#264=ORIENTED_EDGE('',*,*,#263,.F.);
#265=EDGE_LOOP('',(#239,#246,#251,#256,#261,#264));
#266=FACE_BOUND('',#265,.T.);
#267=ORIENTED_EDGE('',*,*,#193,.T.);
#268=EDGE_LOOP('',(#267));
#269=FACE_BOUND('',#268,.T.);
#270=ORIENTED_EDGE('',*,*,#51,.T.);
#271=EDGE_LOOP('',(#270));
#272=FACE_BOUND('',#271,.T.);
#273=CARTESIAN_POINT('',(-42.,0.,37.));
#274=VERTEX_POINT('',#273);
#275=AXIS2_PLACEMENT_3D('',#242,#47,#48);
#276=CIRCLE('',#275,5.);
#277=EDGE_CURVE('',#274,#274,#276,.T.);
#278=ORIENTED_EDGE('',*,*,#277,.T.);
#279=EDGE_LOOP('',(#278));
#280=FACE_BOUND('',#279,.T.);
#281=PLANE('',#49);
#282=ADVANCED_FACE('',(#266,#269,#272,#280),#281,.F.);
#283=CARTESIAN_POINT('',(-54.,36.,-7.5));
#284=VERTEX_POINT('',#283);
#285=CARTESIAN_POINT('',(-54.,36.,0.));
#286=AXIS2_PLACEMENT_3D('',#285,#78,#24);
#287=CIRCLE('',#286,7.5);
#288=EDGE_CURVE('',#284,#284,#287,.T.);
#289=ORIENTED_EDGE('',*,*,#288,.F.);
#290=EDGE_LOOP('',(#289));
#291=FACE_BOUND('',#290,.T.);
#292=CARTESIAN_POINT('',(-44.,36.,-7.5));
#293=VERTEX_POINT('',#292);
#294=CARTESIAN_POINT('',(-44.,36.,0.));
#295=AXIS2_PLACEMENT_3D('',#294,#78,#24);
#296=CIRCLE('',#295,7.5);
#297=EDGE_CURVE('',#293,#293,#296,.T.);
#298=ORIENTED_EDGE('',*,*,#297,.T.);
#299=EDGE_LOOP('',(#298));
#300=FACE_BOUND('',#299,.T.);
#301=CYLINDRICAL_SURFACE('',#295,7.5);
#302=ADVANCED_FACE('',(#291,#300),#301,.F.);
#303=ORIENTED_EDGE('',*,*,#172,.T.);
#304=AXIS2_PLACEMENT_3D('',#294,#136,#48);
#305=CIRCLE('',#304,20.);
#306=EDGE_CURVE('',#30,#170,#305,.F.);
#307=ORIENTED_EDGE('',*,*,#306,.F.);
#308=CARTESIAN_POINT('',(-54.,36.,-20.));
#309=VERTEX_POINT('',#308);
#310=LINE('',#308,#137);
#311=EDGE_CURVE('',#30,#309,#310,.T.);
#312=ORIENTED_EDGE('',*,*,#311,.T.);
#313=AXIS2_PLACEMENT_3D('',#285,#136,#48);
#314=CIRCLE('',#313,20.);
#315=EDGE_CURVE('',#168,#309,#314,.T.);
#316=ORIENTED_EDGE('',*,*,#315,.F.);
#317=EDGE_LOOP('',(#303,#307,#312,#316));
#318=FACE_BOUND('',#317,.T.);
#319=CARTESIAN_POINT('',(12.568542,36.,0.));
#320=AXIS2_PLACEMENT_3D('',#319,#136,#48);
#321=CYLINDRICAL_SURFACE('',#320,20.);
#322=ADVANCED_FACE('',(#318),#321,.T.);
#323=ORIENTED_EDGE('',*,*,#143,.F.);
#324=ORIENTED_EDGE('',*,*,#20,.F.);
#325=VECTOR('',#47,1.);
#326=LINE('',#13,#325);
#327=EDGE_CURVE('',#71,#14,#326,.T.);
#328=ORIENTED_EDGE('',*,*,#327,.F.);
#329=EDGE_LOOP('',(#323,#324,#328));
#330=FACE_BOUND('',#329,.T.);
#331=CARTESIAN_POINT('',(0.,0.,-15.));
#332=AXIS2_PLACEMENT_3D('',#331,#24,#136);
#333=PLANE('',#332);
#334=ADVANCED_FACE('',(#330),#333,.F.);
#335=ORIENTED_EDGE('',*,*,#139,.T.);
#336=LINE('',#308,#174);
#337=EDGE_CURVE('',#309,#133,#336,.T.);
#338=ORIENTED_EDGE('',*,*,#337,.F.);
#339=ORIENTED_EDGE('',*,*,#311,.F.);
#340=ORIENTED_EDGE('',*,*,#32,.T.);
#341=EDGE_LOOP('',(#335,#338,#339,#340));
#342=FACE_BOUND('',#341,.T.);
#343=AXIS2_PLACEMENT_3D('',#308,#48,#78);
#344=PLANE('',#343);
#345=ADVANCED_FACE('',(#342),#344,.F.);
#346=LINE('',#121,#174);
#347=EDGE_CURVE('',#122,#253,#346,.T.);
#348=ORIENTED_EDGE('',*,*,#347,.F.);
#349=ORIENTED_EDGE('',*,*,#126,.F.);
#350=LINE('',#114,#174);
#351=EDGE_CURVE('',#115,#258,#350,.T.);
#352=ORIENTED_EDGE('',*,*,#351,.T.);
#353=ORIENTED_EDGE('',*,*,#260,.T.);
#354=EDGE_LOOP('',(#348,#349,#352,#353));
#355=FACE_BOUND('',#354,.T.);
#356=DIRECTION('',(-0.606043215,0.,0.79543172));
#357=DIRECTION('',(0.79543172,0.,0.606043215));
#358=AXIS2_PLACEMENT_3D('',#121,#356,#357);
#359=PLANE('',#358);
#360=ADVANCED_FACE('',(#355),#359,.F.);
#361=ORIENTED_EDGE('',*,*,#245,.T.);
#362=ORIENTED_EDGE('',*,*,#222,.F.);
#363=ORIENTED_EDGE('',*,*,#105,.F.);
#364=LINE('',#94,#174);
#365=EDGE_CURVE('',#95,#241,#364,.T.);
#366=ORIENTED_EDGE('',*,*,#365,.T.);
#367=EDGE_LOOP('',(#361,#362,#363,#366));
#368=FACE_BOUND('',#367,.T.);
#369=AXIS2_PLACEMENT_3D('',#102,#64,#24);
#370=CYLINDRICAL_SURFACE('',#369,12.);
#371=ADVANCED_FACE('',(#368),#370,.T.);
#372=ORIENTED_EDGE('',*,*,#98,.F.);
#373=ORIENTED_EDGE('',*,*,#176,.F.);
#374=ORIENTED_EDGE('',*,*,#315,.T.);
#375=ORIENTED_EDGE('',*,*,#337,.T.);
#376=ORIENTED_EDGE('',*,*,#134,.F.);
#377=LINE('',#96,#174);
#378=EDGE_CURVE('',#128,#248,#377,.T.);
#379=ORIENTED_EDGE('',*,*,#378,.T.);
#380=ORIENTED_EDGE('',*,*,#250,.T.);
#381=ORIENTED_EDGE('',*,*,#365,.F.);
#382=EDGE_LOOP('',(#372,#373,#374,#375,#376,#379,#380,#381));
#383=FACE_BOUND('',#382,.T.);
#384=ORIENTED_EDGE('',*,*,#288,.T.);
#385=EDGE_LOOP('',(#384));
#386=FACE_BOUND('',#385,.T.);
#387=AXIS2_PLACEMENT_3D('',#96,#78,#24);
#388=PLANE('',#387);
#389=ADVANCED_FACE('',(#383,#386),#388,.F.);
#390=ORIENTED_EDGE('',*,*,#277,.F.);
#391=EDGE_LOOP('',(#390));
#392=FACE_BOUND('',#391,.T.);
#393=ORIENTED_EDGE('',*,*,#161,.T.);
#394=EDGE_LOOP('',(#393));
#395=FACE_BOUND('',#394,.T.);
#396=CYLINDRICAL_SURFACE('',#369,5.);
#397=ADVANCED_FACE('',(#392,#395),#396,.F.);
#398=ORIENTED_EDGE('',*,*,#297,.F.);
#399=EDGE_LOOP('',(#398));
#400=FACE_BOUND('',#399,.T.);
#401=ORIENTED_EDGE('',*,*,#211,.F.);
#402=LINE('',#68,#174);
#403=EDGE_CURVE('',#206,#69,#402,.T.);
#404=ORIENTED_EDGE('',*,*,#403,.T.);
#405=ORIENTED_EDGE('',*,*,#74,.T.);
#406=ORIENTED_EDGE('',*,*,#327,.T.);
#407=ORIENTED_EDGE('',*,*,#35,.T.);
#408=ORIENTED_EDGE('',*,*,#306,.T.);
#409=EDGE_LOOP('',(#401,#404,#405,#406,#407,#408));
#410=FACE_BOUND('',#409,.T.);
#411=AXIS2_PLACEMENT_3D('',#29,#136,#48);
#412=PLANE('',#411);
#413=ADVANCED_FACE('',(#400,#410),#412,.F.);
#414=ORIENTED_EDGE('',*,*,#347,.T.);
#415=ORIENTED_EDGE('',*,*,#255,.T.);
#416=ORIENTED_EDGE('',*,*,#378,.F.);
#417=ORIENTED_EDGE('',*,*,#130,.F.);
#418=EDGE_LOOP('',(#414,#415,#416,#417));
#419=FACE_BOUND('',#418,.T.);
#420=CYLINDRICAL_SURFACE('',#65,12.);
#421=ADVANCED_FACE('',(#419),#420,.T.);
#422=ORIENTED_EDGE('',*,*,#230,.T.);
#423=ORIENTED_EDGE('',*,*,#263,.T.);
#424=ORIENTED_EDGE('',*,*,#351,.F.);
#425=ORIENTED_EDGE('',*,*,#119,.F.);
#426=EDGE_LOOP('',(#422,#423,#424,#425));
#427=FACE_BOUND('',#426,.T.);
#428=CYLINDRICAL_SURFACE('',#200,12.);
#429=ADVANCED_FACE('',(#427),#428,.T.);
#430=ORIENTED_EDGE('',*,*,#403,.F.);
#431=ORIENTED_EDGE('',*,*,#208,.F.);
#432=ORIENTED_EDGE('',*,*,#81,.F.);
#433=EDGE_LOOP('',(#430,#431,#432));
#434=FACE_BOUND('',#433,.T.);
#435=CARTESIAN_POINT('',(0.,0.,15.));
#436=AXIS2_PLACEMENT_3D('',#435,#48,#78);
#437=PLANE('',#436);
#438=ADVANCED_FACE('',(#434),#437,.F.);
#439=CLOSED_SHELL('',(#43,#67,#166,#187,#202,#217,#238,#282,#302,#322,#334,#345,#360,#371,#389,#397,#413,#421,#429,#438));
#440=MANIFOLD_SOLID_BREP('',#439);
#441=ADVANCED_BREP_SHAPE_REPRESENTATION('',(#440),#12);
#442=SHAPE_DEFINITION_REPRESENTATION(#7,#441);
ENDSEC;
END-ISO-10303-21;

■ **THE TASK**:
In the listing above, transcribe exactly everything from the line containing "#303=ORIENTED_EDGE('',*,*,#172,.T.);" down to the line containing "#349=ORIENTED_EDGE('',*,*,#126,.F.);", including both and nothing more.

■ **REPLY**:
#303=ORIENTED_EDGE('',*,*,#172,.T.);
#304=AXIS2_PLACEMENT_3D('',#294,#136,#48);
#305=CIRCLE('',#304,20.);
#306=EDGE_CURVE('',#30,#170,#305,.F.);
#307=ORIENTED_EDGE('',*,*,#306,.F.);
#308=CARTESIAN_POINT('',(-54.,36.,-20.));
#309=VERTEX_POINT('',#308);
#310=LINE('',#308,#137);
#311=EDGE_CURVE('',#30,#309,#310,.T.);
#312=ORIENTED_EDGE('',*,*,#311,.T.);
#313=AXIS2_PLACEMENT_3D('',#285,#136,#48);
#314=CIRCLE('',#313,20.);
#315=EDGE_CURVE('',#168,#309,#314,.T.);
#316=ORIENTED_EDGE('',*,*,#315,.F.);
#317=EDGE_LOOP('',(#303,#307,#312,#316));
#318=FACE_BOUND('',#317,.T.);
#319=CARTESIAN_POINT('',(12.568542,36.,0.));
#320=AXIS2_PLACEMENT_3D('',#319,#136,#48);
#321=CYLINDRICAL_SURFACE('',#320,20.);
#322=ADVANCED_FACE('',(#318),#321,.T.);
#323=ORIENTED_EDGE('',*,*,#143,.F.);
#324=ORIENTED_EDGE('',*,*,#20,.F.);
#325=VECTOR('',#47,1.);
#326=LINE('',#13,#325);
#327=EDGE_CURVE('',#71,#14,#326,.T.);
#328=ORIENTED_EDGE('',*,*,#327,.F.);
#329=EDGE_LOOP('',(#323,#324,#328));
#330=FACE_BOUND('',#329,.T.);
#331=CARTESIAN_POINT('',(0.,0.,-15.));
#332=AXIS2_PLACEMENT_3D('',#331,#24,#136);
#333=PLANE('',#332);
#334=ADVANCED_FACE('',(#330),#333,.F.);
#335=ORIENTED_EDGE('',*,*,#139,.T.);
#336=LINE('',#308,#174);
#337=EDGE_CURVE('',#309,#133,#336,.T.);
#338=ORIENTED_EDGE('',*,*,#337,.F.);
#339=ORIENTED_EDGE('',*,*,#311,.F.);
#340=ORIENTED_EDGE('',*,*,#32,.T.);
#341=EDGE_LOOP('',(#335,#338,#339,#340));
#342=FACE_BOUND('',#341,.T.);
#343=AXIS2_PLACEMENT_3D('',#308,#48,#78);
#344=PLANE('',#343);
#345=ADVANCED_FACE('',(#342),#344,.F.);
#346=LINE('',#121,#174);
#347=EDGE_CURVE('',#122,#253,#346,.T.);
#348=ORIENTED_EDGE('',*,*,#347,.F.);
#349=ORIENTED_EDGE('',*,*,#126,.F.);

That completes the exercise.